Penarikan kesimpulan melalui silogisme dapat dibedakan menjadi 3 diantaranya
adalah (11):
1. Silogisme kategorial
Silogisme ini mempunyai premis mayor berupa kategori yang dijadikan sebagai
predikat dalam kalimat kesimpulan.
Contoh: Semua mahasiswa mengerjakan tugas
Andi adalah mahasiswa
Andi mengerjakan tugas
2. Silogisme alternatif
Silogisme ini memiliki ciri bahwa premis mayor merupakan pernyataan berupa
pilihan
Contoh: Saya duduk di bangku barisan depan atau di belakang
Saya duduk di depan
Saya tidak duduk di belakang
3. Silogisme hipotesis
Silogisme ini mempunyai ciri bahwa premis mayor merupakan argumentasi atau
pendapat.
Contoh: Jika hari ini hujan saya tidak akan pergi ke kampus
Hari ini hujan
Hari ini hujan dan saya tidak pergi ke kampus

Ada bentuk lain dari penalaran deduktif yang dipakai untuk menarik kesimpulan
selain dengan cara silogisme. Bentuk seperti ini disebut dengan entimem.
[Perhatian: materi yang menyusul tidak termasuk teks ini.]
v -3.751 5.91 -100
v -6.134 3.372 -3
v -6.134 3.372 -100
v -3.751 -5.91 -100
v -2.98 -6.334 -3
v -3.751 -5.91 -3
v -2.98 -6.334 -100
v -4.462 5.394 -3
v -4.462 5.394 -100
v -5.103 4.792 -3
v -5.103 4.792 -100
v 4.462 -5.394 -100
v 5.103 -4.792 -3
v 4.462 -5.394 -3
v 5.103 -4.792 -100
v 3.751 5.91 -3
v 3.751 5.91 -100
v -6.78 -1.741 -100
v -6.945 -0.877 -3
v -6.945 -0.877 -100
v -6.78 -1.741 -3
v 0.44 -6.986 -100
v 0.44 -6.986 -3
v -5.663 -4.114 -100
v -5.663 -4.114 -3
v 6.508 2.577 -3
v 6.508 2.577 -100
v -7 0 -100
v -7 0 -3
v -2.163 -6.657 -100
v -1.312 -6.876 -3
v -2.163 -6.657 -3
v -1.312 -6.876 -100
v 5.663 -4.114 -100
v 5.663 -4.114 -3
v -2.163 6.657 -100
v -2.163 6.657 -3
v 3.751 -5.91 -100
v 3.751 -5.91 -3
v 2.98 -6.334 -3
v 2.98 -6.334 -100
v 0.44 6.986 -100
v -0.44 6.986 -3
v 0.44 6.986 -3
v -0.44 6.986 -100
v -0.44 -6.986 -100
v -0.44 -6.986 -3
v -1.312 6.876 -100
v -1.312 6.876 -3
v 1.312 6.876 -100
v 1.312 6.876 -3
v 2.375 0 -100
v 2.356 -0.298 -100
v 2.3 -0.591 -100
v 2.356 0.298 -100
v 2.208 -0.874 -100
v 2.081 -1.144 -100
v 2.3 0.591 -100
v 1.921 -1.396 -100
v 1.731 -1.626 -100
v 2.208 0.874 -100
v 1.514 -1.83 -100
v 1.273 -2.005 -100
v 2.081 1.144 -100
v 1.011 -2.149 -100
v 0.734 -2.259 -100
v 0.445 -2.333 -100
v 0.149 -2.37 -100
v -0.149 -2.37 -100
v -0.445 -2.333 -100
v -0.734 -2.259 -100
Entimem atau
Enthymeme berasal dari bahasa Yunani “en” artinya di dalam dan “thymos” artinya pikiran
adalah sejenis silogisme yang tidak lengkap, tidak untuk menghasilkan pembuktian ilmiah,
tetapi untuk menimbulkan keyakinan dalam sebuah entimem, penghilangan bagian dari
argumen karena diasumsikan dalam penggunaan yang lebih luas, istilah “enthymeme”
kadang-kadang digunakan untuk menjelaskan argumen yang tidak lengkap dari bentuk selain
silogisme
Contoh :
Mahasiswa yang baik tidak mau mencontek.
Budi adalah mahasiswa yang baik
Budi tidak tidak mau mencontek
Entimem dari contoh diatas adalah Budi tidak mau mencontek karena ia mahasiswa
yang baik(11).

5.2 Penalaran Induktif


Penalaran induktif bergerak dari premis khusus ke kesimpulan universal (6). Sebagai
contoh:
Setiap kuda yang diobservasi memiliki jantung
Oleh karenanya, semua kuda memiliki jantung
Apabila terdapat tambahan informasi yang berbeda, kesimpulan dari penalaran induktif ini
dapat menjadi kurang tepat.
Contoh yang lainnya:
Hitler adalah seorang diktator dan kejam
Stalin adalah seorang diktator dan kejam
Castro adalah seorang diktator, maka kemungkinan Castro adalah kejam
Pada penalaran induktif, premis memberikan kemungkinan dukungan terhadap
kesimpulan. Dukungan premis terhadap kesimpulan mulai dari nol hingga 99%, sehingga
apabila premis khusus diterima, kita dapat saja menolak kesimpulannya. Hal ini kontras
dengan penalaran deduktif (10).
Menurut Dunbar dan Klahr, terdapat proses penalaran induktif dengan cara
generalisasi dan kategorikal. Penalaran induksi dengan generalisasi terlihat pada beberapa
penelitian yang salah satunya dilakukan oleh Marshall dan Warren yang mana
memperhatikan bahwa hampir semua pasien dengan gastric enteritis ditemukan bakteri spiral
dalam usus mereka, dan dia membentuk suatu generalisasi yang mana bakteri tersebut
merupakan penyebab dari ulkus gaster/usus (11).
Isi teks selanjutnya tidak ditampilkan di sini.